The data START

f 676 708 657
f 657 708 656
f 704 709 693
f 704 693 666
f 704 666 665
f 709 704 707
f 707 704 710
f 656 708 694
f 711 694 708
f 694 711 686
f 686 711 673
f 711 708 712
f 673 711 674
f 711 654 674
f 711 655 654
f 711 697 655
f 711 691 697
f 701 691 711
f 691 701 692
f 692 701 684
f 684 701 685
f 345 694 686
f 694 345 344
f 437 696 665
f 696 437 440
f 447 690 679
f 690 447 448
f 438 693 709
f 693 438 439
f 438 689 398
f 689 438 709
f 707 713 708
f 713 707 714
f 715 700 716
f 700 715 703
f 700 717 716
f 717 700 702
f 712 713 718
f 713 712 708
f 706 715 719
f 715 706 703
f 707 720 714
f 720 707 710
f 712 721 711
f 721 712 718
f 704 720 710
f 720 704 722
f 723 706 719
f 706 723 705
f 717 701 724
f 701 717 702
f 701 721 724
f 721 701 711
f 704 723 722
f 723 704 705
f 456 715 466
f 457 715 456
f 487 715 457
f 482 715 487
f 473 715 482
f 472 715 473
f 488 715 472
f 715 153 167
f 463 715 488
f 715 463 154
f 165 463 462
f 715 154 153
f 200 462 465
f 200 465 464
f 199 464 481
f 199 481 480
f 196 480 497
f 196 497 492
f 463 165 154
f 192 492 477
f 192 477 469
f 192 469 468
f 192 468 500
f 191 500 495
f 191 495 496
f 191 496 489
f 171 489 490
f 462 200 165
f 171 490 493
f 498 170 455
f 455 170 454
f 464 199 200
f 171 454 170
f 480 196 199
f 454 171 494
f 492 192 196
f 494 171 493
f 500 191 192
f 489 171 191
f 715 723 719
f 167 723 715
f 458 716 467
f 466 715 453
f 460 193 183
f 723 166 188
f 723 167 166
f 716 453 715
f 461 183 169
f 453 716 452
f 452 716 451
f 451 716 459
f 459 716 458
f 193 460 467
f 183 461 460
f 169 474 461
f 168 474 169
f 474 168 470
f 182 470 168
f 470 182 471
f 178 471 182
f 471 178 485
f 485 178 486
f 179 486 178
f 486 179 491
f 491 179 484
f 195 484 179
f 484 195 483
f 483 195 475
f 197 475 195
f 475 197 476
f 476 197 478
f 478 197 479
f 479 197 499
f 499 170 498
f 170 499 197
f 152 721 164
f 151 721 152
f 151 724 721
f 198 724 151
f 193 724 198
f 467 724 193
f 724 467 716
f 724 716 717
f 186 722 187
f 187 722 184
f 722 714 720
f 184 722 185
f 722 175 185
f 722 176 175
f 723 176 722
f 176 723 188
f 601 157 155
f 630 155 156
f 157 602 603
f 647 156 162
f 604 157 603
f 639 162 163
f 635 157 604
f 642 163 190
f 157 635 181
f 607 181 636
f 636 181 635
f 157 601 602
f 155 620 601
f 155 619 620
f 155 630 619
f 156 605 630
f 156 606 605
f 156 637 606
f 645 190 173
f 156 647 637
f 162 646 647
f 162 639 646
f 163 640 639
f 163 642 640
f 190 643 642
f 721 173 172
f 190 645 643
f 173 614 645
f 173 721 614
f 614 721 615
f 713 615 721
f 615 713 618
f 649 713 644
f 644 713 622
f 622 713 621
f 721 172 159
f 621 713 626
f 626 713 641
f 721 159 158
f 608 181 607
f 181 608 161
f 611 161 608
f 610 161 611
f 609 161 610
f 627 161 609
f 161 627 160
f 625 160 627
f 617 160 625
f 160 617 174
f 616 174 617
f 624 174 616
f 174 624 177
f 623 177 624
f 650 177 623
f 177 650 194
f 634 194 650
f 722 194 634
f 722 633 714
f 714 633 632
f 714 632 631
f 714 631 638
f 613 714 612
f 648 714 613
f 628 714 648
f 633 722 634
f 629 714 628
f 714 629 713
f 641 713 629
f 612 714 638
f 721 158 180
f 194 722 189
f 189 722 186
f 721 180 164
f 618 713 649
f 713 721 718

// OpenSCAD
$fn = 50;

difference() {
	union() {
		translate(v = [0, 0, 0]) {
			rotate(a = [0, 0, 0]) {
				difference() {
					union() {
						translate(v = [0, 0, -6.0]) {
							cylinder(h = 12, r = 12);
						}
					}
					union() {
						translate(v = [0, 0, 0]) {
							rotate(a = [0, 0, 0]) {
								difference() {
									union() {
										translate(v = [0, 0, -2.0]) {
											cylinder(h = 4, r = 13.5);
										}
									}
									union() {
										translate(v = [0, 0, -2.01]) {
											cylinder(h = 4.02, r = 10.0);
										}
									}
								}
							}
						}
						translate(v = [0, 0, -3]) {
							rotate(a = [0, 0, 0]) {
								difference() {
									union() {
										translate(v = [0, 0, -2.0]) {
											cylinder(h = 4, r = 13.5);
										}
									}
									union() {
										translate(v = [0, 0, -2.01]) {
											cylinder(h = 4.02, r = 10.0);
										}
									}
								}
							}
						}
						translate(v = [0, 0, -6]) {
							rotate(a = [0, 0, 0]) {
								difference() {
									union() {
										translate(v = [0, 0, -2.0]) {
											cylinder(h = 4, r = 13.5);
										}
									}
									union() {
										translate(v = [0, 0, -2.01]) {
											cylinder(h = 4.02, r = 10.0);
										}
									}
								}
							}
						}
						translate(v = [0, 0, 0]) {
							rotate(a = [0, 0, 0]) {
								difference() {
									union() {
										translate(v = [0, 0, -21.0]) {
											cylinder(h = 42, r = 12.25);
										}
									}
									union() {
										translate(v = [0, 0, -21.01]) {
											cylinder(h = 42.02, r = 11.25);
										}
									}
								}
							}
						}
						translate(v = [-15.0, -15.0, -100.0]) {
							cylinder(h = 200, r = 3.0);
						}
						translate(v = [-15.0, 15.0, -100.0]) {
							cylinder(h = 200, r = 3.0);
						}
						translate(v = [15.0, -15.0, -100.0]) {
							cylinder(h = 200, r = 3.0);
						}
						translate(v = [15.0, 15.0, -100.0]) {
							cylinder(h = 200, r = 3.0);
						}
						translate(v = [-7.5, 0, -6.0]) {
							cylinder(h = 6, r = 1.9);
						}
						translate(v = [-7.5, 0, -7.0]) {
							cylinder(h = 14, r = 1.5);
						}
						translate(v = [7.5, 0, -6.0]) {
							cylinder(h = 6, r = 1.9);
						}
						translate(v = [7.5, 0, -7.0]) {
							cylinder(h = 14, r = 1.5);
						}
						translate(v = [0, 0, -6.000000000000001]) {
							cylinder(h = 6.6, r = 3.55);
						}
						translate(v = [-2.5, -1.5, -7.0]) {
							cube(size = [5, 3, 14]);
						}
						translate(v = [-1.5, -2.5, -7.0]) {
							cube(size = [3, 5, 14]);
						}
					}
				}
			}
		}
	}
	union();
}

The data END

When you come to the line containing "f 456 715 466", give it and stop; before that, repeat each line of the material exactly from the first one.

f 676 708 657
f 657 708 656
f 704 709 693
f 704 693 666
f 704 666 665
f 709 704 707
f 707 704 710
f 656 708 694
f 711 694 708
f 694 711 686
f 686 711 673
f 711 708 712
f 673 711 674
f 711 654 674
f 711 655 654
f 711 697 655
f 711 691 697
f 701 691 711
f 691 701 692
f 692 701 684
f 684 701 685
f 345 694 686
f 694 345 344
f 437 696 665
f 696 437 440
f 447 690 679
f 690 447 448
f 438 693 709
f 693 438 439
f 438 689 398
f 689 438 709
f 707 713 708
f 713 707 714
f 715 700 716
f 700 715 703
f 700 717 716
f 717 700 702
f 712 713 718
f 713 712 708
f 706 715 719
f 715 706 703
f 707 720 714
f 720 707 710
f 712 721 711
f 721 712 718
f 704 720 710
f 720 704 722
f 723 706 719
f 706 723 705
f 717 701 724
f 701 717 702
f 701 721 724
f 721 701 711
f 704 723 722
f 723 704 705
f 456 715 466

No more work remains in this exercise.